The sense of class belonging, which remains widespread still today, used to be a dam against fascism. We aren’t living through the best of times for this consciousness; it’s true. But grassroots struggles in neighborhoods, for housing rights, defending your neighbors, your and your friends’ jobs, maybe other workers’ jobs even though they’re hundreds of miles away from you — all that is absolutely a protective wall against the far right.
What’s your diagnosis of the present situation?
Anti-fascism still counts for a lot among democratic-minded people — it’s part of their DNA. Spain was one of the last European countries where the far right entered parliament, and I think that has increased awareness.
I’ve been asked, in other interviews, if anti-fascism has failed.
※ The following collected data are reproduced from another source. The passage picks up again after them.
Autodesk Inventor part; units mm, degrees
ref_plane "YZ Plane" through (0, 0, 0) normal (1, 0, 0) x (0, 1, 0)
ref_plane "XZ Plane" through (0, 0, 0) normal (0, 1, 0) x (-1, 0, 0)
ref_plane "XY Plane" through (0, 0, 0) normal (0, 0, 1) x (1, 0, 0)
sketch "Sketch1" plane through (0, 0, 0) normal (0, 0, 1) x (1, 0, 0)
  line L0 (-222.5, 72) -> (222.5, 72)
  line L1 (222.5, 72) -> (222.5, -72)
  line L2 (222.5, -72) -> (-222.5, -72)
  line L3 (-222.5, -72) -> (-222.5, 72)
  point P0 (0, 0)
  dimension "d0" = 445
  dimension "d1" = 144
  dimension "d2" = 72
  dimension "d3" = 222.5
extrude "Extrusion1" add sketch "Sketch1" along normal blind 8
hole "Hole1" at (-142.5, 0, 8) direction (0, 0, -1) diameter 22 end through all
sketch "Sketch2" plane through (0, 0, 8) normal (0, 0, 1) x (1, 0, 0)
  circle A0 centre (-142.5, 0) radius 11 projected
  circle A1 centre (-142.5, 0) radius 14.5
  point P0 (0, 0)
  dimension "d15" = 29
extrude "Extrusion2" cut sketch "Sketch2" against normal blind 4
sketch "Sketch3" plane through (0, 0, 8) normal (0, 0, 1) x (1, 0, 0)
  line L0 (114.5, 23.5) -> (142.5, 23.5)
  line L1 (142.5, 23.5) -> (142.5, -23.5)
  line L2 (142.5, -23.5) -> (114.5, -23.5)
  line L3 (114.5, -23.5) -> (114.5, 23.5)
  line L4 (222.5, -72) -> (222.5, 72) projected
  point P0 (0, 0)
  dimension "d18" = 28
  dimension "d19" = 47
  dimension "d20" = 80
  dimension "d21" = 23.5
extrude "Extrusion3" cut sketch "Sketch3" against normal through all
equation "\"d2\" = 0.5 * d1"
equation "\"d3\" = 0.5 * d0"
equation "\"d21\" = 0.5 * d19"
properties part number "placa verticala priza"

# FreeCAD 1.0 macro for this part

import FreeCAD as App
import Part
import Sketcher
Q = App.Units.Quantity

doc = App.newDocument("Part")
body = doc.addObject("PartDesign::Body", "Body")

# Sketch on XY plane
sketch1 = body.newObject("Sketcher::SketchObject", "Sketch")
sketch1.AttachmentSupport = (doc.getObject("XY_Plane"), [""])
sketch1.MapMode = "FlatFace"
sketch1.addGeometry(Part.LineSegment(App.Vector(222, 72, 0), App.Vector(-222, 72, 0)), False)
sketch1.addGeometry(Part.LineSegment(App.Vector(-222, 72, 0), App.Vector(-222, -72, 0)), False)
sketch1.addGeometry(Part.LineSegment(App.Vector(-222, -72, 0), App.Vector(222, -72, 0)), False)
sketch1.addGeometry(Part.LineSegment(App.Vector(222, -72, 0), App.Vector(222, 72, 0)), False)
sketch1.addConstraint(Sketcher.Constraint("Coincident", 0, 2, 1, 1))
sketch1.addConstraint(Sketcher.Constraint("Coincident", 1, 2, 2, 1))
sketch1.addConstraint(Sketcher.Constraint("Coincident", 2, 2, 3, 1))
sketch1.addConstraint(Sketcher.Constraint("Coincident", 3, 2, 0, 1))
sketch1.addConstraint(Sketcher.Constraint("Horizontal", 0))
sketch1.addConstraint(Sketcher.Constraint("Vertical", 1))
sketch1.addConstraint(Sketcher.Constraint("Horizontal", 2))
sketch1.addConstraint(Sketcher.Constraint("Vertical", 3))
sketch1.addConstraint(Sketcher.Constraint("Symmetric", 0, 2, 2, 2, -1, 1))
sketch1.addConstraint(Sketcher.Constraint("DistanceX", 0, 2, 0, 1, Q("445 mm")))
sketch1.addConstraint(Sketcher.Constraint("DistanceY", 1, 2, 1, 1, Q("144 mm")))
pad1 = body.newObject("PartDesign::Pad", "Pad")
pad1.Profile = sketch1
pad1.Length = 8

# Sketch on XY plane
sketch2 = body.newObject("Sketcher::SketchObject", "Sketch001")
sketch2.AttachmentSupport = (doc.getObject("XY_Plane"), [""])
sketch2.MapMode = "FlatFace"
sketch2.AttachmentOffset = App.Placement(App.Vector(0, 0, 8), App.Rotation())
sketch2.addGeometry(Part.Circle(App.Vector(-142, 0, 0), App.Vector(0, 0, 1), 11), False)
sketch2.addConstraint(Sketcher.Constraint("PointOnObject", 0, 3, -1))
sketch2.addConstraint(Sketcher.Constraint("Diameter", 0, Q("22 mm")))
sketch2.addConstraint(Sketcher.Constraint("DistanceX", 0, 3, -1, 1, Q("142.5 mm")))
doc.recompute()
hole = body.newObject("PartDesign::Hole", "Hole")
hole.Profile = sketch2
hole.ThreadType = "None"
hole.Diameter = 22
hole.DepthType = "ThroughAll"

# Sketch on XY plane
sketch3 = body.newObject("Sketcher::SketchObject", "Sketch002")
sketch3.AttachmentSupport = (doc.getObject("XY_Plane"), [""])
sketch3.MapMode = "FlatFace"
sketch3.AttachmentOffset = App.Placement(App.Vector(0, 0, 8), App.Rotation())
sketch3.addGeometry(Part.Circle(App.Vector(-142, 0, 0), App.Vector(0, 0, 1), 14), False)
sketch3.addGeometry(Part.Circle(App.Vector(-142, 0, 0), App.Vector(0, 0, 1), 11), False)
sketch3.addConstraint(Sketcher.Constraint("Coincident", 1, 3, 0, 3))
sketch3.addConstraint(Sketcher.Constraint("PointOnObject", 0, 3, -1))
sketch3.addConstraint(Sketcher.Constraint("Diameter", 0, Q("29 mm")))
sketch3.addConstraint(Sketcher.Constraint("Diameter", 1, Q("22 mm")))
sketch3.addConstraint(Sketcher.Constraint("DistanceX", 0, 3, -1, 1, Q("142.5 mm")))
pocket1 = body.newObject("PartDesign::Pocket", "Pocket")
pocket1.Profile = sketch3
pocket1.Length = 4

# Sketch on XY plane
sketch4 = body.newObject("Sketcher::SketchObject", "Sketch003")
sketch4.AttachmentSupport = (doc.getObject("XY_Plane"), [""])
sketch4.MapMode = "FlatFace"
sketch4.AttachmentOffset = App.Placement(App.Vector(0, 0, 8), App.Rotation())
sketch4.addGeometry(Part.LineSegment(App.Vector(142, 24, 0), App.Vector(114, 24, 0)), False)
sketch4.addGeometry(Part.LineSegment(App.Vector(114, 24, 0), App.Vector(114, -24, 0)), False)
sketch4.addGeometry(Part.LineSegment(App.Vector(114, -24, 0), App.Vector(142, -24, 0)), False)
sketch4.addGeometry(Part.LineSegment(App.Vector(142, -24, 0), App.Vector(142, 24, 0)), False)
sketch4.addConstraint(Sketcher.Constraint("Coincident", 0, 2, 1, 1))
sketch4.addConstraint(Sketcher.Constraint("Coincident", 1, 2, 2, 1))
sketch4.addConstraint(Sketcher.Constraint("Coincident", 2, 2, 3, 1))
sketch4.addConstraint(Sketcher.Constraint("Coincident", 3, 2, 0, 1))
sketch4.addConstraint(Sketcher.Constraint("Horizontal", 0))
sketch4.addConstraint(Sketcher.Constraint("Vertical", 1))
sketch4.addConstraint(Sketcher.Constraint("Horizontal", 2))
sketch4.addConstraint(Sketcher.Constraint("Vertical", 3))
sketch4.addConstraint(Sketcher.Constraint("DistanceX", 0, 2, 0, 1, Q("28 mm")))
sketch4.addConstraint(Sketcher.Constraint("DistanceY", 1, 2, 1, 1, Q("47 mm")))
sketch4.addConstraint(Sketcher.Constraint("DistanceY", -1, 1, 0, 2, Q("23.5 mm")))
sketch4.addConstraint(Sketcher.Constraint("DistanceX", -1, 1, 0, 2, Q("114.5 mm")))
pocket2 = body.newObject("PartDesign::Pocket", "Pocket001")
pocket2.Profile = sketch4
pocket2.Type = "ThroughAll"

doc.recompute()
I’d tell you it hasn’t. The question that needs answering is why people, many of them very young, who fought against the far right were left on their own — so, not what they did wrong, but where the rest of society was. My book wants to pay tribute to people that all too often struggled alone. Still today, there are journalists who don’t know the games the far right plays with media. Even worse, there’s a certain kind of Left that buys into far-right framings.
Anti-fascism has a huge amount of work to do, but a very valuable heritage. We must insist that fascism is not a political option nor a respectable opinion. It impacts many people’s lives. So everyone has to choose what side of history they want to be part of.